Importing necessary libraries install and import libraries
First, you need to install and import the libraries
!pip install pandas numpy matplotlib seaborn
import pandas as pd
import numpy as np
import matplotlib.pyplot as plt
import seaborn as sns
Loading your real estate data
Upload Your Data
Drag and drop your real estate data CSV file into the file explorer on the left side of the Deepnote interface.
Load data into the data frame
Load the data by adding the following code
# Load the dataset
df = pd.read_csv('your_real_estate_data.csv')
df
Data cleaning and preparation
Check for missing values
Run the following to see if there are any missing values in your data
df.isnull().sum()
Handle missing values
Fill or drop missing values based on your needs:
df = df.fillna(method='ffill')
Convert data types
Ensure that your data types are correct, especially for dates:
df['date'] = pd.to_datetime(df['date'])
df.dtypes
Exploratory data analysis (EDA)
Summary statistics:
Generate summary statistics to understand your data:
df.describe()
Visualize data distributions:
Create a histogram of property prices:
plt.figure(figsize=(10, 6))
sns.histplot(df['price'], kde=True)
plt.title('Distribution of property prices')
plt.show()
Compare prices by location
Use a boxplot to visualize property prices by location
plt.figure(figsize=(14, 8))
sns.boxplot(x='location', y='price', data=df)
plt.title('Property prices by location')
plt.xticks(rotation=45)
plt.show()
Calculating key metrics
Gross rental yield
Calculate the gross rental yield for each property
df['gross_rental_yield'] = (df['annual_rent'] / df['price']) * 100
df[['price', 'annual_rent', 'gross_rental_yield']].head()
Cap rate
Calculate the cap rate for each property
df['cap_rate'] = (df['net_operating_income'] / df['price']) * 100
df[['price', 'net_operating_income', 'cap_rate']].head()

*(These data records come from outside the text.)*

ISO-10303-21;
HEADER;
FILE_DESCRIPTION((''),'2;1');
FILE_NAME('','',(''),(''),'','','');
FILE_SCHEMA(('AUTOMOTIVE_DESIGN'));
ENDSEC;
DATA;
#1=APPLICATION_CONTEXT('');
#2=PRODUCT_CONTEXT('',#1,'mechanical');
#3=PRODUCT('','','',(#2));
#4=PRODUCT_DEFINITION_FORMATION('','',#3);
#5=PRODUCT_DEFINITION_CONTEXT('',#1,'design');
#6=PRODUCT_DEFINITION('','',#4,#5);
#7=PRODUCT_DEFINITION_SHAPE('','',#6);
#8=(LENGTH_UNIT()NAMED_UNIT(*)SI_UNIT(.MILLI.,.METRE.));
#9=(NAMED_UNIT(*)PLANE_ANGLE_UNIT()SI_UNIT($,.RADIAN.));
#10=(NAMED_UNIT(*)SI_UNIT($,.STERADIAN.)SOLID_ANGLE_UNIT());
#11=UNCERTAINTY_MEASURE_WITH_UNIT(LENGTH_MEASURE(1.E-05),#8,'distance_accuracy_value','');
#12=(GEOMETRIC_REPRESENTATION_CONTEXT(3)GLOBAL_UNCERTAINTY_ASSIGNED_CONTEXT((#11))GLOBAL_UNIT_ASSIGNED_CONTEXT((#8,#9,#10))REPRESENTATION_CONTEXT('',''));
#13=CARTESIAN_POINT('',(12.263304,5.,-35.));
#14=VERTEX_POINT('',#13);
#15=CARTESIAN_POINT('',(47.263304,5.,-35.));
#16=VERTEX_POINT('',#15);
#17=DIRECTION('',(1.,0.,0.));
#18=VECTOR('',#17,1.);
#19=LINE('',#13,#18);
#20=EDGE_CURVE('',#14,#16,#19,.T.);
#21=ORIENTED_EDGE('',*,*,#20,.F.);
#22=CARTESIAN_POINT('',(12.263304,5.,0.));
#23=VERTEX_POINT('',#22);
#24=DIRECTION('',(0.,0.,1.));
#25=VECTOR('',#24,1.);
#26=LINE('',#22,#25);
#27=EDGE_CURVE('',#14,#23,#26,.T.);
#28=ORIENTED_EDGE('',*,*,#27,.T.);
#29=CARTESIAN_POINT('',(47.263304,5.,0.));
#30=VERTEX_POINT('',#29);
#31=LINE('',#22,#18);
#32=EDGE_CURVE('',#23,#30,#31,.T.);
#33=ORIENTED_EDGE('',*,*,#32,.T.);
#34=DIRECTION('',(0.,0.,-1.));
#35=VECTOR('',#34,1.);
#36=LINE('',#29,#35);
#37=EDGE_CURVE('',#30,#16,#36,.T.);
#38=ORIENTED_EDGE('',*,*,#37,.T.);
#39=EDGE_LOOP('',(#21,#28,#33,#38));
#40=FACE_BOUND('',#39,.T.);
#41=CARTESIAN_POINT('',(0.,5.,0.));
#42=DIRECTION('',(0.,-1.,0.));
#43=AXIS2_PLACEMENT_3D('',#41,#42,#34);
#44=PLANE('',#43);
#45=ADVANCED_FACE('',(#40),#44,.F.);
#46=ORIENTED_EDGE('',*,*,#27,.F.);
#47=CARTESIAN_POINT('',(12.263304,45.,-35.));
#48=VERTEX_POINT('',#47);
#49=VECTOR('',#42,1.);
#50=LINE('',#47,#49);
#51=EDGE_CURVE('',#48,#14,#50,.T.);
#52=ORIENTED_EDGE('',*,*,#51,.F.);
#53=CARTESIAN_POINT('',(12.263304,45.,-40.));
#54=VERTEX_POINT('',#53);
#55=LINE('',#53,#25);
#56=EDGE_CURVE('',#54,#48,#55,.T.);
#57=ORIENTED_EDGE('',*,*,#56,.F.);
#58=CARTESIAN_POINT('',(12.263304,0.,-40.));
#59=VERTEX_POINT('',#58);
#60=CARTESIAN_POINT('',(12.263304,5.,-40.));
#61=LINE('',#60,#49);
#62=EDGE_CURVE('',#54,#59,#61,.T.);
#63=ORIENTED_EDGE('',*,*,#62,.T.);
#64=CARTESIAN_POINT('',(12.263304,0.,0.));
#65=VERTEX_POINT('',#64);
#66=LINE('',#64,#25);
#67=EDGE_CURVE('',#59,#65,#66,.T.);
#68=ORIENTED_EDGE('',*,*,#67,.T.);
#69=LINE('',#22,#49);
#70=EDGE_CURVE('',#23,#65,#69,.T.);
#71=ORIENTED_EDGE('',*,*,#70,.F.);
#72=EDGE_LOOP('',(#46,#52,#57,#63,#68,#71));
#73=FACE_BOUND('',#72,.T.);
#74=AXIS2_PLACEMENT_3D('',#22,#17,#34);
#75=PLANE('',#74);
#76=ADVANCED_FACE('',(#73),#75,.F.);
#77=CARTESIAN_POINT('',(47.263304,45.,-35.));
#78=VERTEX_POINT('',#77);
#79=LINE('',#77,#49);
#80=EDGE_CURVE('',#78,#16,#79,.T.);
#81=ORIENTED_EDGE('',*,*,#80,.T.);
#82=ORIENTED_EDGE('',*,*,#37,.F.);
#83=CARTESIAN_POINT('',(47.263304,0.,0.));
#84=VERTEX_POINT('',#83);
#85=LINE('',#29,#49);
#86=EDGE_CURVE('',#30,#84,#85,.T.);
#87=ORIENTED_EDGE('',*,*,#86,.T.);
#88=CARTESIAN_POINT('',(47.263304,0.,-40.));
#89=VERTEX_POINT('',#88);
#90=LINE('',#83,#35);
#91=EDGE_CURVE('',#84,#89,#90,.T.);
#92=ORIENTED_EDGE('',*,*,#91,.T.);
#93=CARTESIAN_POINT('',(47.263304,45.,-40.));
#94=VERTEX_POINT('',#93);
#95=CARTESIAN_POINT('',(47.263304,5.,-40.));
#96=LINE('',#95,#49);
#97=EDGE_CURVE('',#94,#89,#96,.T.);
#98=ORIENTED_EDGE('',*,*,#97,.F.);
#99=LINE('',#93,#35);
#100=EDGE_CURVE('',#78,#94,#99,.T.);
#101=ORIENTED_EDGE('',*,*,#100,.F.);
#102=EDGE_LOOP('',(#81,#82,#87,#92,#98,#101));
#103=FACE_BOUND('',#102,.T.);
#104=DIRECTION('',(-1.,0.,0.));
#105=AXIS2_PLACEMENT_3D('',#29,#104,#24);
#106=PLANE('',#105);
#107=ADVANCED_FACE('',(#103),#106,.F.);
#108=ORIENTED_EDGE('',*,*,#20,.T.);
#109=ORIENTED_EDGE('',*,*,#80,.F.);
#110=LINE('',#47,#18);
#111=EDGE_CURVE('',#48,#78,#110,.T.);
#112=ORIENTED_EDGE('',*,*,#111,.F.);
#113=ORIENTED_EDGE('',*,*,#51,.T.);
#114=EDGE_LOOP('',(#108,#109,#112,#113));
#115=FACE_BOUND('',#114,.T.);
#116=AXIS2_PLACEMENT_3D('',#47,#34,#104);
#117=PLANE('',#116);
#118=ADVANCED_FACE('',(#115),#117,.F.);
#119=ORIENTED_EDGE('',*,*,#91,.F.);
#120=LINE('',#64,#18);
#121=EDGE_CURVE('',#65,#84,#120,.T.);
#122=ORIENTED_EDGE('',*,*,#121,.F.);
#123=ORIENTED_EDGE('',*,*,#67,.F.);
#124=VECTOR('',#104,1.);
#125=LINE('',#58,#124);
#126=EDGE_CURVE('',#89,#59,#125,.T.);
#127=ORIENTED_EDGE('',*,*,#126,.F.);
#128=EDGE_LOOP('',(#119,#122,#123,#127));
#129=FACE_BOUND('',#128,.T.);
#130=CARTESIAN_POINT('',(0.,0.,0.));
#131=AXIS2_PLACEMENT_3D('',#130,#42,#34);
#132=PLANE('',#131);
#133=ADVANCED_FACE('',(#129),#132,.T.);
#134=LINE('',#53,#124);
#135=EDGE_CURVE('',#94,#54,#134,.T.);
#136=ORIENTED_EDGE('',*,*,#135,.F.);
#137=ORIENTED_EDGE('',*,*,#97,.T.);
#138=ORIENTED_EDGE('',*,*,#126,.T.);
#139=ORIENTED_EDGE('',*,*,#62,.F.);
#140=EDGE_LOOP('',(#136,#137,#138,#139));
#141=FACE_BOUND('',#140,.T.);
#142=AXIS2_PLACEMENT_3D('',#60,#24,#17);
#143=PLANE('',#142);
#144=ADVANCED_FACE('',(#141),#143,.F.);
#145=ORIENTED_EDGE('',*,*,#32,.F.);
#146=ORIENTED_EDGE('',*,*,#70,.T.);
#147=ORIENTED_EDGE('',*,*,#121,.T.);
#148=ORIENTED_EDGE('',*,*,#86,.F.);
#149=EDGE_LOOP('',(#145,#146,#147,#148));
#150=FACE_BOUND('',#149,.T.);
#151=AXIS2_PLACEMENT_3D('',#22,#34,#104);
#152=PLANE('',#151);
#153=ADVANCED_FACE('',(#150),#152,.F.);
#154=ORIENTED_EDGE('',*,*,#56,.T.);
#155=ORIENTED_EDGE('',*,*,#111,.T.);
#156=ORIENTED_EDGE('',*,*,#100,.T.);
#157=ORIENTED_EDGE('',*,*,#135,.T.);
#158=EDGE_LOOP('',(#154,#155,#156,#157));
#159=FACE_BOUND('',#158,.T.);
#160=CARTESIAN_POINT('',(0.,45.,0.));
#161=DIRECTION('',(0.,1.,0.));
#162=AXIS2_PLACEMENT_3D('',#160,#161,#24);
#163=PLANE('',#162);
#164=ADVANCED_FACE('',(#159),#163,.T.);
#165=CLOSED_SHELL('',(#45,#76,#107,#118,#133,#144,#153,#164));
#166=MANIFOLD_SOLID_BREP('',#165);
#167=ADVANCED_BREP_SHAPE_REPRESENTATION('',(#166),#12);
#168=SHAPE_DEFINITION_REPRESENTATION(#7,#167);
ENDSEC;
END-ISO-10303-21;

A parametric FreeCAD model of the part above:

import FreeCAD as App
import Part
import Sketcher

V = App.Vector
Q = App.Units.Quantity

doc = App.newDocument("Part")
body = doc.addObject("PartDesign::Body", "Body")

sketch1 = body.newObject("Sketcher::SketchObject", "Sketch")
sketch1.AttachmentSupport = (doc.getObject("XZ_Plane"), [""])
sketch1.MapMode = "FlatFace"
sketch1.addGeometry([
    Part.LineSegment(V(12.263304, -40, 0), V(12.263304, 0, 0)),
    Part.LineSegment(V(12.263304, 0, 0), V(47.263304, 0, 0)),
    Part.LineSegment(V(47.263304, 0, 0), V(47.263304, -40, 0)),
    Part.LineSegment(V(47.263304, -40, 0), V(12.263304, -40, 0)),
], False)
sketch1.addConstraint([
    Sketcher.Constraint("Coincident", 0, 2, 1, 1),
    Sketcher.Constraint("Coincident", 1, 2, 2, 1),
    Sketcher.Constraint("Coincident", 2, 2, 3, 1),
    Sketcher.Constraint("Coincident", 3, 2, 0, 1),
    Sketcher.Constraint("Vertical", 0),
    Sketcher.Constraint("Horizontal", 1),
    Sketcher.Constraint("Vertical", 2),
    Sketcher.Constraint("Horizontal", 3),
    Sketcher.Constraint("PointOnObject", 0, 2, -1),
    Sketcher.Constraint("DistanceX", 1, 1, 1, 2, Q("35 mm")),
    Sketcher.Constraint("DistanceY", 0, 1, 0, 2, Q("40 mm")),
    Sketcher.Constraint("DistanceX", -1, 1, 0, 2, Q("12.263304 mm")),
])
pad1 = body.newObject("PartDesign::Pad", "Pad")
pad1.Profile = sketch1
pad1.Length = 5
pad1.Reversed = True

sketch2 = body.newObject("Sketcher::SketchObject", "Sketch001")
sketch2.AttachmentSupport = (doc.getObject("XZ_Plane"), [""])
sketch2.MapMode = "FlatFace"
sketch2.AttachmentOffset = App.Placement(V(0, 0, -5), App.Rotation())
sketch2.addGeometry([
    Part.LineSegment(V(12.263304, -40, 0), V(12.263304, -35, 0)),
    Part.LineSegment(V(12.263304, -35, 0), V(47.263304, -35, 0)),
    Part.LineSegment(V(47.263304, -35, 0), V(47.263304, -40, 0)),
    Part.LineSegment(V(47.263304, -40, 0), V(12.263304, -40, 0)),
], False)
sketch2.addConstraint([
    Sketcher.Constraint("Coincident", 0, 2, 1, 1),
    Sketcher.Constraint("Coincident", 1, 2, 2, 1),
    Sketcher.Constraint("Coincident", 2, 2, 3, 1),
    Sketcher.Constraint("Coincident", 3, 2, 0, 1),
    Sketcher.Constraint("Vertical", 0),
    Sketcher.Constraint("Horizontal", 1),
    Sketcher.Constraint("Vertical", 2),
    Sketcher.Constraint("Horizontal", 3),
    Sketcher.Constraint("DistanceX", 1, 1, 1, 2, Q("35 mm")),
    Sketcher.Constraint("DistanceY", 0, 1, 0, 2, Q("5 mm")),
    Sketcher.Constraint("DistanceY", 0, 2, -1, 1, Q("35 mm")),
    Sketcher.Constraint("DistanceX", -1, 1, 0, 2, Q("12.263304 mm")),
])
pad2 = body.newObject("PartDesign::Pad", "Pad001")
pad2.Profile = sketch2
pad2.Length = 40
pad2.Reversed = True

doc.recompute()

Visualizing investment opportunities
Scatter plot of price vs gross rental yield
Create a scatter plot to visualize the relationship between property price and gross rental yield
plt.figure(figsize=(10, 6))
sns.scatterplot(x='price', y='gross_rental_yield', data=df)
plt.title('Price vs gross rental yield')
plt.show()
Boxplot of cap rate by location
Visualize cap rate distributions by location
plt.figure(figsize=(14, 8))
sns.boxplot(x='location', y='cap_rate', data=df)
plt.title('Cap rate by location')
plt.xticks(rotation=45)
plt.show()
Making data-driven decisions
Identify the best Investment opportunities
Sort properties by gross rental yield to find the best opportunities:
best_yield_properties = df.sort_values(by='gross_rental_yield', ascending=False).head(10)
best_yield_properties
Filter properties based on criteria
Filter properties with a cap rate greater than a specified threshold
cap_rate_threshold = 5.0
good_investments = df[df['cap_rate'] > cap_rate_threshold]
good_investments
Saving and sharing your work
Export your results
Save your results to a new CSV file
df.to_csv('real_estate_analysis_results.csv', index=False)
Share your notebook or create a Deepnote app
- Click the “Share” button in Deepnote to share your notebook with others. You can provide view or edit access to your collaborators.
- Click on a create app on the right side of the notebook configure it and share it
Conclusion and next steps
Review findings
Summarize your key findings and insights from the analysis. Highlight the best investment opportunities and any significant patterns observed.
Further Analysis
Consider exploring more advanced analyses such as predictive modeling for property prices. Consider incorporating external factors like market trends or economic indicators to enhance your analysis. This walkthrough provides a solid foundation for analyzing real estate data and making informed investment decisions.